While Nash was in the management role, Prime Minister Pierre Elliott Trudeau complained that the CBC was becoming a propaganda vehicle for the FLQ during the October Crisis. Nash reacted with a directive that limited coverage of the crisis. He later said: "Basically it was my fault. We went too far -- farther than we should have."

When Nash returned to the screen as host after a stint in management, he was not widely accepted. The media accused him of hiring himself; the CBC anchor's union filed a grievance saying Nash wasn't qualified.

He was "poked at and ridiculed for the longest time," explained Mark Starowicz, CBC TV executive producer. But when Canadians finally warmed to him, he was "beloved," and they respected him for not being like a "papier-mâché" American anchor, Starowicz said.

The press also jumped on Nash for his unemotional delivery -- he thought facial expressions might infer editorial opinion -- and for those trademark thick-lensed glasses.

"It's inconceivable to him to actually contaminate a report with his own view. I think he'd probably blow up if he tried," Starowicz said.

It was an awkward fit at first, but soon Nash's reassuring presence and signature "Good Night" became a familiar sight on our television sets.

CBC management put up with the huge specs but told him they had had it with his pink shirt. To that, Nash put the garment in a parcel with a bow and sent it directly to management.

Nash left the anchor chair in 1988, stepping aside so CBC could offer the top job to Peter Mansbridge, who was considering an offer from CBS in New York. Even in his "retirement," Nash continued to work.

He hosted the CBC documentary series Witness as well as other programs on Newsworld in the 1990s, including the News in Review. He didn't officially retire from CBC until November 1992, where the last official duty he performed was to host The National one last time.

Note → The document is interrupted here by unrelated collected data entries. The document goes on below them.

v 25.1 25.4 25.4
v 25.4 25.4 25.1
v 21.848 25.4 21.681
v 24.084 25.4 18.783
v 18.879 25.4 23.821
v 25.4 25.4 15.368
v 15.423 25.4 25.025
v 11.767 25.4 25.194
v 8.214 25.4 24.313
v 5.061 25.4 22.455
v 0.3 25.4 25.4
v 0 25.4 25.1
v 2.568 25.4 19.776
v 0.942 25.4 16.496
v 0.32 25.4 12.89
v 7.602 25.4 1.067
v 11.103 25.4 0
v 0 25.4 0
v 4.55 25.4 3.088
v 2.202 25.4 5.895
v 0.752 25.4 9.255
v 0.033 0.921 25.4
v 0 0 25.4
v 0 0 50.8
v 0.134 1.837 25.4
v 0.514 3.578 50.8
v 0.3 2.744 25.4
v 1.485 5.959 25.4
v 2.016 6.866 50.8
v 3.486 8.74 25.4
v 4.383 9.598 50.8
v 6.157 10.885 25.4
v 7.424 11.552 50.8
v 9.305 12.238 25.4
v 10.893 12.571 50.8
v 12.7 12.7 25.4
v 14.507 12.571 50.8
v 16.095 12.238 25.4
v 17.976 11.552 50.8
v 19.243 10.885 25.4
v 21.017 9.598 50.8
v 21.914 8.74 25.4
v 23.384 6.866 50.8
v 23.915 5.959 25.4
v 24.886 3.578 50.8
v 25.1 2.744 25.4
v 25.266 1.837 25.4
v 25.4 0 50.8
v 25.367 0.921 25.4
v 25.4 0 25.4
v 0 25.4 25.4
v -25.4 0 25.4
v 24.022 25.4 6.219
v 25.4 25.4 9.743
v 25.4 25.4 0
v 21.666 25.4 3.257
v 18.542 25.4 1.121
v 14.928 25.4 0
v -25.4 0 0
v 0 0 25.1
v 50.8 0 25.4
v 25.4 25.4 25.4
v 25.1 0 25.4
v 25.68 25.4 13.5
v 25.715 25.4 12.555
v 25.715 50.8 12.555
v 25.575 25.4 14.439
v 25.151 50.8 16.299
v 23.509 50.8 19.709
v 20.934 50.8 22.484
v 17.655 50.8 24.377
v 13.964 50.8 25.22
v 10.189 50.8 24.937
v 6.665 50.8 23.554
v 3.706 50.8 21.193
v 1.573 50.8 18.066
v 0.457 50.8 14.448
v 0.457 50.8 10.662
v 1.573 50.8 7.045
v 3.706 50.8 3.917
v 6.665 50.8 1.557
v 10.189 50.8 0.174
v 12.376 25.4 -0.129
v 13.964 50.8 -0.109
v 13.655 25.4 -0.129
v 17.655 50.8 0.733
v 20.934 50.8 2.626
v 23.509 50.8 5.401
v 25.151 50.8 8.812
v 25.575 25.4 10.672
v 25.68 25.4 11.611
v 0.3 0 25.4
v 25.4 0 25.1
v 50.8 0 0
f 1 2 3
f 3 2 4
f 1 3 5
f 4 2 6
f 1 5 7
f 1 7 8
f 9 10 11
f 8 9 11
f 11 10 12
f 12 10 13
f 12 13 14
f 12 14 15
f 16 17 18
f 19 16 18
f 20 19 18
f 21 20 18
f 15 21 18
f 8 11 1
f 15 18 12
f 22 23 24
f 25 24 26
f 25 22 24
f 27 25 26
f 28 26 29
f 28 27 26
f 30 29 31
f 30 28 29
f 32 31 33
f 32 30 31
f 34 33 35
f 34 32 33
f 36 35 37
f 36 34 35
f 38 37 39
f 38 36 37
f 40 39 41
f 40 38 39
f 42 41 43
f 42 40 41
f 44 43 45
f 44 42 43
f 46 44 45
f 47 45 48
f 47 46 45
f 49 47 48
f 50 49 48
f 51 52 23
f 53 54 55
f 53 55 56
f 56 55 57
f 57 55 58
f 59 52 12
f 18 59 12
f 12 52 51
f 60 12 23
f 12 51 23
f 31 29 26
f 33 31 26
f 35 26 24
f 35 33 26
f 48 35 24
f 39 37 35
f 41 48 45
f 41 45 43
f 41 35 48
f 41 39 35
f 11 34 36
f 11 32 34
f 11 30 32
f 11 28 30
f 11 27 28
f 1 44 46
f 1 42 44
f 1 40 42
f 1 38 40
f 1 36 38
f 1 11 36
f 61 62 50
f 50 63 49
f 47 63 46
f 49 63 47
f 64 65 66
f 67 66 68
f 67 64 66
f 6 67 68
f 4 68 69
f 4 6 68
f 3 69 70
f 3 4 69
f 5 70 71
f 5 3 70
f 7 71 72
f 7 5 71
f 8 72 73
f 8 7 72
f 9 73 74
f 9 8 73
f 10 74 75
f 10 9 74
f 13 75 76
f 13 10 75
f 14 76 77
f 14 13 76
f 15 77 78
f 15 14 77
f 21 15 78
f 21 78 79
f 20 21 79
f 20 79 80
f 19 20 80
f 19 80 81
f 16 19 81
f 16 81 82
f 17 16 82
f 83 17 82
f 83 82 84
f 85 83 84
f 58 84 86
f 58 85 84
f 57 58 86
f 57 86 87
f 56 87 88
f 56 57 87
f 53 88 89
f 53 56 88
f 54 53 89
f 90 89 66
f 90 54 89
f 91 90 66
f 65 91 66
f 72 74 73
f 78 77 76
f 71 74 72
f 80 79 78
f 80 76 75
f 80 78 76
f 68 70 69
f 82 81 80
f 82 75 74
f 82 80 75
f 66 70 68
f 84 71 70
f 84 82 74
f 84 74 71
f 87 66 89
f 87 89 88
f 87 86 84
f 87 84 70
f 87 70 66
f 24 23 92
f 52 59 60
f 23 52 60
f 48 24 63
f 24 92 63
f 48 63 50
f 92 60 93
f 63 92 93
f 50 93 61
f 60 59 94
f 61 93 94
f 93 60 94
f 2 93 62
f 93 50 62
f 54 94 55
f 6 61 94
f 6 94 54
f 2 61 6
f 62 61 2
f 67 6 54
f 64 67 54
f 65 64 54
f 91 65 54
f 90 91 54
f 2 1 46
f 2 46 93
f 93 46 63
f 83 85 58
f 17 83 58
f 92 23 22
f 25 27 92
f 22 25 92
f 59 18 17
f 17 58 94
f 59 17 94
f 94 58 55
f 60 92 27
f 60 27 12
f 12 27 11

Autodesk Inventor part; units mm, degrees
ref_plane "YZ Plane" through (0, 0, 0) normal (1, 0, 0) x (0, 1, 0)
ref_plane "XZ Plane" through (0, 0, 0) normal (0, 1, 0) x (-1, 0, 0)
sketch "Sketch1" plane through (0, 0, 0) normal (0, 0, 1) x (1, 0, 0)
  line L0 (0, 0) -> (25.4, 0)
  line L1 (25.4, 0) -> (25.4, 25.4)
  line L2 (25.4, 25.4) -> (0, 25.4)
  line L3 (0, 25.4) -> (0, 0)
  line L4 (25.4, 0) -> (50.8, 0)
  line L5 (50.8, 0) -> (25.4, 25.4)
  line L6 (0, 0) -> (-25.4, 0)
  line L7 (-25.4, 0) -> (0, 25.4)
  dimension "d0" = 25.4
  dimension "d1" = 25.4
  dimension "d2" = 25.4
  dimension "d3" = 25.4
extrude "Extrusion1" add sketch "Sketch1" along normal blind 25.4 contours L3 L2 L1 L0
chamfer "Chamfer1" distance 0.3 angle 45 2 edges at (25.4, 12.7, 25.4) (0, 12.7, 25.4)
sketch "Sketch2" plane through (0, 0, 25.4) normal (0, 0, 1) x (1, 0, 0)
  line L0 (0, 0) -> (-25.4, 0)
  line L1 (0, 25.4) -> (0, 0) projected
  line L2 (-25.4, 0) -> (0, 25.4)
  line L3 (25.4, 0) -> (50.8, 0)
  line L4 (50.8, 0) -> (25.4, 25.4)
  dimension "d9" = 25.4
  dimension "d10" = 25.4
extrude "Extrusion2" add sketch "Sketch2" against normal blind 25.4
sketch "Sketch3" plane through (0, 0, 25.4) normal (0, 0, 1) x (1, 0, 0)
  line L0 (-25.4, 0) -> (25.4, 0) projected
  line L1 (25.4, 0) -> (50.8, 0)
  line L2 (25.4, 0) -> (25.4, 25.4) projected
  line L3 (50.8, 0) -> (25.4, 25.4)
  point P0 (0, 0)
  dimension "d13" = 25.4
extrude "Extrusion3" add sketch "Sketch3" against normal blind 25.4
sketch "Sketch4" plane through (0, 0, 25.4) normal (0, 0, 1) x (1, 0, 0)
  line L0 (0.3, 0) -> (25.1, 0) projected
  circle A0 centre (12.7, 0) radius 12.7
  point P0 (0, 0)
  dimension "d16" = 25.4
extrude "Extrusion4" add sketch "Sketch4" along normal blind 25.4
ref_plane "Work Plane1" through (0, 0, 25.4) normal (0, 0, 1) x (1, 0, 0)
sketch "Sketch5" plane through (0, 0, 25.4) normal (0, 0, 1) x (1, 0, 0)
  line L0 (0, 0) -> (-25.4, 0) projected
  line L1 (0, 0) -> (42.4435, 0)
  line L2 (42.4435, 0) -> (42.4435, -16.3705)
  line L3 (42.4435, -16.3705) -> (0, -16.3705)
  line L4 (0, -16.3705) -> (0, 0)
  circle A0 centre (12.7, 0) radius 12.7 projected
extrude "Extrusion5" cut sketch "Sketch5" along normal blind 25.4 contours A0 L1 L2 L3 L4 | L1 A0 picked at (10.2952, -3.484)
sketch "Sketch6" plane through (0.3, 25.4, 25.4) normal (0, 1, 0) x (1, 0, 0)
  point P0 (-0.3, 25.4)
sketch "Sketch7" plane through (0.3, 25.4, 25.4) normal (0, 1, 0) x (1, 0, 0)
  point P0 (-0.3, 25.4)
sketch "Sketch8" plane through (0.3, 25.4, 25.4) normal (0, 1, 0) x (1, 0, 0)
  circle A0 centre (12.7153, 12.8448) radius 12.7
  point P0 (-0.3, 25.4)
  dimension "d22" = 25.4
extrude "Extrusion6" add sketch "Sketch8" along normal blind 25.4
properties part number "orthographic1"
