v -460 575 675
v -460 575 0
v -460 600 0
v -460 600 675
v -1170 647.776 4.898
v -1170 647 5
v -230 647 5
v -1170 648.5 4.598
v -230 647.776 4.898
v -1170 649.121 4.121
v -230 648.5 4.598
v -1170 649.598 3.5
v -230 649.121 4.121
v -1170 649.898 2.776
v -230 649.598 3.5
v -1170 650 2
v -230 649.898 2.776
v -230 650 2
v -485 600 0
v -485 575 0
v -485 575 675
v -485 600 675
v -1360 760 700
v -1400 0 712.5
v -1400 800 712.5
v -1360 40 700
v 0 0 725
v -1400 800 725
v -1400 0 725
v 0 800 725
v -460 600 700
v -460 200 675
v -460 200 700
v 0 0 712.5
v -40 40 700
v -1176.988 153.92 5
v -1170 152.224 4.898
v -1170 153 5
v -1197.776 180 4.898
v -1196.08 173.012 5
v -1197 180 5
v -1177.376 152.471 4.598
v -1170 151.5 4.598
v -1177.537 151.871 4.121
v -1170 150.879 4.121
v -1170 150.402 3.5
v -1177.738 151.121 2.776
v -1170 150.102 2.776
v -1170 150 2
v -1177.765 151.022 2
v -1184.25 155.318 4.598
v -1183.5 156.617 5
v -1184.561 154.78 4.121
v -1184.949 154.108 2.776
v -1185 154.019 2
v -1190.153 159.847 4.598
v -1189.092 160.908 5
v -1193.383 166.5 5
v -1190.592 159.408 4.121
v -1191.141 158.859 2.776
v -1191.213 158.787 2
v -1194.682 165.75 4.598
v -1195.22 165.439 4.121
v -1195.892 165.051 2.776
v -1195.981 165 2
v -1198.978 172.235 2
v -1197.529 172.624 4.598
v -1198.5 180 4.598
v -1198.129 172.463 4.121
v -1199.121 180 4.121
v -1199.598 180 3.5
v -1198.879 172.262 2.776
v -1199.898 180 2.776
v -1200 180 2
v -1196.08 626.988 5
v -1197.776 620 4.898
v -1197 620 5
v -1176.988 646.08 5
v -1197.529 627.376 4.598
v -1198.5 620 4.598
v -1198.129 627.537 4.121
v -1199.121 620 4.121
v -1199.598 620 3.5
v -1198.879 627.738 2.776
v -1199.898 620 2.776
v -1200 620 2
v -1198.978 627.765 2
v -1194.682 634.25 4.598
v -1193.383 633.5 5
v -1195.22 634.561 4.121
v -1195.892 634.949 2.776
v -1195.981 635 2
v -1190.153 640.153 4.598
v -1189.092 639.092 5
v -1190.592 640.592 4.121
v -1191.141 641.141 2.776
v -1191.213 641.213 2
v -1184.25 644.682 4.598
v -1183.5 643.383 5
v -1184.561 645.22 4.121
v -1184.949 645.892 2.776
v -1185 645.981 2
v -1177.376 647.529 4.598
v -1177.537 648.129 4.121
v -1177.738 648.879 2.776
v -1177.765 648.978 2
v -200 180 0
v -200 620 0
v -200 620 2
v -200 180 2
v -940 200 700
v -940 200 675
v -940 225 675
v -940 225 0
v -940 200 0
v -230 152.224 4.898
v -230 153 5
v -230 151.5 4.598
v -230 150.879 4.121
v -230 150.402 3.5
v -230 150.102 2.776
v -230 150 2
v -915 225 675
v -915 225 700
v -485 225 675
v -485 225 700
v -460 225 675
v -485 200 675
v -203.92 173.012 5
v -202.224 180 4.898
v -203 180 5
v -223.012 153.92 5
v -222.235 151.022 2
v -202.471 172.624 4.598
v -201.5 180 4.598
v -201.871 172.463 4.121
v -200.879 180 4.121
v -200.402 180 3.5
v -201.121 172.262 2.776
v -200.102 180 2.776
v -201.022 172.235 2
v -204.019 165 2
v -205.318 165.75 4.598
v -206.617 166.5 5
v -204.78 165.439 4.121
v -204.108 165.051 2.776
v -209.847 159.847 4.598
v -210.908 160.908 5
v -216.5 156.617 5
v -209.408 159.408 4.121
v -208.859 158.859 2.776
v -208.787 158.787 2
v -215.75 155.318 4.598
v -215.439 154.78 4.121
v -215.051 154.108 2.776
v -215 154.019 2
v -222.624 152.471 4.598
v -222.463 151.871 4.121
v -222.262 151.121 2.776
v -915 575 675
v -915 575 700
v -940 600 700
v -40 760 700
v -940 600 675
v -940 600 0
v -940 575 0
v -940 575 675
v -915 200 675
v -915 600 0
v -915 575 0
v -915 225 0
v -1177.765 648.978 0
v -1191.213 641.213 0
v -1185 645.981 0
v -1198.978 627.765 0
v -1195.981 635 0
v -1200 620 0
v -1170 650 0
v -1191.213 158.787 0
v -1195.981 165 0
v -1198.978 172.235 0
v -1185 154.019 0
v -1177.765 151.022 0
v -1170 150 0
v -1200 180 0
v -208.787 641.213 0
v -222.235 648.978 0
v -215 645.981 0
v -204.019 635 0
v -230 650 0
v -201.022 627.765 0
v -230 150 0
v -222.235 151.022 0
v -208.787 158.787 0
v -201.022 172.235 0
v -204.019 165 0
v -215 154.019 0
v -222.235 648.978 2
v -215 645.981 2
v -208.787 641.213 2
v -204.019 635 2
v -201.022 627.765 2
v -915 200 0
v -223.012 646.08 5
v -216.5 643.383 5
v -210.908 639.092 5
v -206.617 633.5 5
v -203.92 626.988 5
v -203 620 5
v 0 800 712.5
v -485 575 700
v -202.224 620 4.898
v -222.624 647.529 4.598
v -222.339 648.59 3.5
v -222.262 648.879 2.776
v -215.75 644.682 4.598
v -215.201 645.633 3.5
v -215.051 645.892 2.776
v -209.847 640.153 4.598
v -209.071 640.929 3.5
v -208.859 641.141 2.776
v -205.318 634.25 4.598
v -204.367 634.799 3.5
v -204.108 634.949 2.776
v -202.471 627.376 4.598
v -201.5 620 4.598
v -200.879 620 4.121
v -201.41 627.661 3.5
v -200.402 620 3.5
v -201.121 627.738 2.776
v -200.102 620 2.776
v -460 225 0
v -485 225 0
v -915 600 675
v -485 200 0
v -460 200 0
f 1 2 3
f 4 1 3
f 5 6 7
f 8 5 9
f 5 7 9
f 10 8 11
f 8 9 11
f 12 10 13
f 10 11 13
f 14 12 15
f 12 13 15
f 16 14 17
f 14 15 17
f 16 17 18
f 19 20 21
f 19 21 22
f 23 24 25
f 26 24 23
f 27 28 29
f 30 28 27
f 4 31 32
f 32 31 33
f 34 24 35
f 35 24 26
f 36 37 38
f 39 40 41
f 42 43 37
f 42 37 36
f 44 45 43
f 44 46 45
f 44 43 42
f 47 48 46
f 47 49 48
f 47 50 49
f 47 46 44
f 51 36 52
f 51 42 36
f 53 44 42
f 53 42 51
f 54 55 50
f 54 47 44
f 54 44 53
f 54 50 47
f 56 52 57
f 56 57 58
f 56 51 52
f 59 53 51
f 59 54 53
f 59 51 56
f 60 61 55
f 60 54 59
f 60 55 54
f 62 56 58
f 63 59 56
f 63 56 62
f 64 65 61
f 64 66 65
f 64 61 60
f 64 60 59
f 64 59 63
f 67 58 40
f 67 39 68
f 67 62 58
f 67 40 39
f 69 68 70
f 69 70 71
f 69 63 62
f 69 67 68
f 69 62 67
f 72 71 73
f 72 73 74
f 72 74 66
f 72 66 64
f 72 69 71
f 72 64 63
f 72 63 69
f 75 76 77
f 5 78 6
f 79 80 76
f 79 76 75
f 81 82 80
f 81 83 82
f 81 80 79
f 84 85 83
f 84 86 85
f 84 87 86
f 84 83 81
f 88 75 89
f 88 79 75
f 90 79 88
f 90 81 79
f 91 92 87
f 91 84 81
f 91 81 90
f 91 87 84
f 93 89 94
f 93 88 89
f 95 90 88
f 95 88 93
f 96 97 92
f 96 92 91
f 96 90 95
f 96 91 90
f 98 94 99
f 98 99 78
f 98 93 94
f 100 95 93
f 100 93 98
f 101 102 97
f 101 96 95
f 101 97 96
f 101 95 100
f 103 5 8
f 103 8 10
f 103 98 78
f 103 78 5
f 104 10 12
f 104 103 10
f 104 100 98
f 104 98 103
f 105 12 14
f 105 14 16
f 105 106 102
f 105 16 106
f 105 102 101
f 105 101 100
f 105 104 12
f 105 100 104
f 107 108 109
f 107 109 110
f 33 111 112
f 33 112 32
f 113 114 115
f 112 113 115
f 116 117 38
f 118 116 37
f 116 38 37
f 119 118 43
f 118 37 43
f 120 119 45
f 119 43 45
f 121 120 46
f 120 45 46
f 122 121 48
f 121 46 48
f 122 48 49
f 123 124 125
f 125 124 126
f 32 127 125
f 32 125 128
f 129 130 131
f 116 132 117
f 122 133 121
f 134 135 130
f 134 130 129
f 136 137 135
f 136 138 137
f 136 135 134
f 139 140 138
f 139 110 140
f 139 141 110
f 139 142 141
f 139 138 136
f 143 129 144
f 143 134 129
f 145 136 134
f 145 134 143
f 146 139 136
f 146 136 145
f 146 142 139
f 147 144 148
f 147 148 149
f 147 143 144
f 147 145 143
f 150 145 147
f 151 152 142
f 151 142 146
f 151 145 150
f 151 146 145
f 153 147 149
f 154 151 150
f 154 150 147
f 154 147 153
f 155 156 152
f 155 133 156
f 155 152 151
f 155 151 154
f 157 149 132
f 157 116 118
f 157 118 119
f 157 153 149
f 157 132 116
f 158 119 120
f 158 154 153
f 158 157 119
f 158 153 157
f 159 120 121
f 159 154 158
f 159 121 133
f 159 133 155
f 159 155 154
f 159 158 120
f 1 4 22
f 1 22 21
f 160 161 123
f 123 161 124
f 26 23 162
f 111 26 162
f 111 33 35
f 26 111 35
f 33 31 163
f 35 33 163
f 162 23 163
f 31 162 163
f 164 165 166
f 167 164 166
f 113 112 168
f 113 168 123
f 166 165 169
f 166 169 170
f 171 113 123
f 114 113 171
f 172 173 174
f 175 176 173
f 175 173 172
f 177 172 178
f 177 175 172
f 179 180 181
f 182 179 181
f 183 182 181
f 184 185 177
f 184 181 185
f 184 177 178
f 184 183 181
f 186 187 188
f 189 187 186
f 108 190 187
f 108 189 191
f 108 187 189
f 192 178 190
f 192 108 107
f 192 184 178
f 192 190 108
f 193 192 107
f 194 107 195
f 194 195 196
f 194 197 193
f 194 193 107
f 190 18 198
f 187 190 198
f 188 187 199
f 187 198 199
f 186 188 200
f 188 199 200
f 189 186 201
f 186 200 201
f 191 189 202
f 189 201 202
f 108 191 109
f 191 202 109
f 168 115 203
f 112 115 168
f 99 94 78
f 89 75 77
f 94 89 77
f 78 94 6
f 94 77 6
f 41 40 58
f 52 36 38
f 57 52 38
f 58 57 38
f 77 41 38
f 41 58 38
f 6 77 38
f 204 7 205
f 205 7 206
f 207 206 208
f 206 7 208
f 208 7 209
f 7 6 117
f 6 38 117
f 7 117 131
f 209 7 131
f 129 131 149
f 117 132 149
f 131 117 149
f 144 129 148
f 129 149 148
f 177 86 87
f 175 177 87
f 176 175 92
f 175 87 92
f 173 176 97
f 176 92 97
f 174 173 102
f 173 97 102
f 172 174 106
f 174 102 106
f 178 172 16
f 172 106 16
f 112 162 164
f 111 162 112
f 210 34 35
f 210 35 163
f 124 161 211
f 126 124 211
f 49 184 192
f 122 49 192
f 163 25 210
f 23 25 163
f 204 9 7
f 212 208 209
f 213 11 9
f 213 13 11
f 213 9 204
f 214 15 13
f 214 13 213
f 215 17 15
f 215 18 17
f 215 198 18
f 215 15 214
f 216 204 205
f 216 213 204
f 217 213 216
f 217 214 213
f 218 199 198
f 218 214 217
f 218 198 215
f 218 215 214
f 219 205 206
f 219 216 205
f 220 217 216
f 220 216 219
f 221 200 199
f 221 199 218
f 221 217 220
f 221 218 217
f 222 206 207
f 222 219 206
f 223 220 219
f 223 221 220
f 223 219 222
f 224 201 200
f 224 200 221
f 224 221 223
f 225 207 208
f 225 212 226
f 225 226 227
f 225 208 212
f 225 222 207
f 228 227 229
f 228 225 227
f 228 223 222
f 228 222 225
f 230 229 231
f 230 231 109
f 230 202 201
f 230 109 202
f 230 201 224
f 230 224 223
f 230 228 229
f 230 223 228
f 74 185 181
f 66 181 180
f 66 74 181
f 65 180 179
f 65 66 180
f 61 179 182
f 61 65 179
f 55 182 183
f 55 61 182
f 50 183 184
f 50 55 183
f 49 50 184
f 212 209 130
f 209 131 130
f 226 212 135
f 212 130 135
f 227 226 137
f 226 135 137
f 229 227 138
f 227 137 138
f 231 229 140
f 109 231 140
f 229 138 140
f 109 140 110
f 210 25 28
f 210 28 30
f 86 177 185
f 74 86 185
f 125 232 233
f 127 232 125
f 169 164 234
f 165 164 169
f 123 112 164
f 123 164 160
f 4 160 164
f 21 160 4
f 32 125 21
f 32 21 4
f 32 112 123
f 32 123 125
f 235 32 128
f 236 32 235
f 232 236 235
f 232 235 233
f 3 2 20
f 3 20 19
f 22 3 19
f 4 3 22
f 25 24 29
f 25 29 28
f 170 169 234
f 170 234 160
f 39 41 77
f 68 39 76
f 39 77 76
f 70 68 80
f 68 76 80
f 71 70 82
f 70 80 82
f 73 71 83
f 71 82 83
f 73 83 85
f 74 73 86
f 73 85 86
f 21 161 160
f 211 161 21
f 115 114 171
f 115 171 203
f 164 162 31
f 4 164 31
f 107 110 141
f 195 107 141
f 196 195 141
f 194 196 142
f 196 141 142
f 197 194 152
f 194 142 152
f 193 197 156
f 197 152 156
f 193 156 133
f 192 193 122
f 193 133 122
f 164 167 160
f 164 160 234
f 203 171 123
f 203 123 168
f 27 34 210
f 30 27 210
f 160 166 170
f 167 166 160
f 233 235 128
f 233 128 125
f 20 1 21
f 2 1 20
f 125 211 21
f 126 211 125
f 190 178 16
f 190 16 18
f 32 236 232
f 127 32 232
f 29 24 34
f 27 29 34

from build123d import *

# Parameters (mm, degrees)
F1_W      = 1400
F1_H      = 800
F2_DEPTH  = 25
F3_SIZE2  = 12.5
F3_SIZE   = 40
F5_W      = 480
F5_H      = 400
F5_W_2    = 430
F5_H_2    = 350
F6_DEPTH  = 25
F9_DEPTH  = 25
F12_DEPTH = 25
F14_W     = 1000
F14_H     = 500
F15_DEPTH = 5
F16_R     = 30
F17_R     = 3


with BuildPart() as f2:
    # F1 (on offset) → F2 (new body)
    with BuildSketch(Plane.XY.offset(700)):
        with Locations((-700, 400)):
            Rectangle(F1_W, F1_H)
    extrude(amount=F2_DEPTH)

    # F3
    f3_edges = [f2.edges().sort_by_distance(p)[0] for p in [
        (-700, 0, 700),
        (0, 400, 700),
        (-700, 800, 700),
        (-1400, 400, 700),
    ]]
    f3_side = f2.faces().sort_by_distance((-700, 400, 700))[0]
    chamfer(f3_edges, length=F3_SIZE, length2=F3_SIZE2, reference=f3_side)

    # F5 (on offset) → F6 (join)
    with BuildSketch(Plane(origin=(0, 0, 700), x_dir=(1, 0, 0), z_dir=(0, 0, -1))):
        with Locations((-700, -400)):
            Rectangle(F5_W, F5_H)
        with Locations((-700, -400)):
            Rectangle(F5_W_2, F5_H_2, mode=Mode.SUBTRACT)
    extrude(amount=F6_DEPTH)


with BuildPart() as f9:
    # F8 (on offset) → F9 (new body)
    with BuildSketch(Plane.YZ.offset(-460)):
        Polygon((575, 25), (575, 0), (600, 0), (600, 675), (575, 675), (575, 650), align=None)
    extrude(amount=-F9_DEPTH)


with BuildPart() as f9b:
    # F8 (on offset) → F9, piece 2 (new body)
    with BuildSketch(Plane.YZ.offset(-460)):
        Polygon((225, 675), (200, 675), (200, 0), (225, 0), (225, 25), (225, 650), align=None)
    extrude(amount=-F9_DEPTH)


with BuildPart() as f12:
    # F11 (on offset) → F12 (new body)
    with BuildSketch(Plane(origin=(-940, 0, 0), x_dir=(0, -1, 0), z_dir=(-1, 0, 0))):
        Polygon((-600, 0), (-575, 0), (-575, 25), (-575, 675), (-600, 675), align=None)
    extrude(amount=-F12_DEPTH)


with BuildPart() as f12b:
    # F11 (on offset) → F12, piece 2 (new body)
    with BuildSketch(Plane(origin=(-940, 0, 0), x_dir=(0, -1, 0), z_dir=(-1, 0, 0))):
        Polygon((-225, 0), (-200, 0), (-200, 675), (-225, 675), (-225, 25), align=None)
    extrude(amount=-F12_DEPTH)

Nash has written several books, one of which, entitled Trivia Pursuit, criticized the media for declining into a state of sensationalism covering celebrities and sex scandals. He explained that democracy would perish without the hard-nosed journalism of his time.

For his accomplishments in the field, Nash received an honorary law degree from the University of Toronto (1993) and was appointed an Officer to the Order of Canada (1989). In 2006 he received a lifetime achievement award from the Canadian Journalism Foundation.

Nash currently lives in Toronto.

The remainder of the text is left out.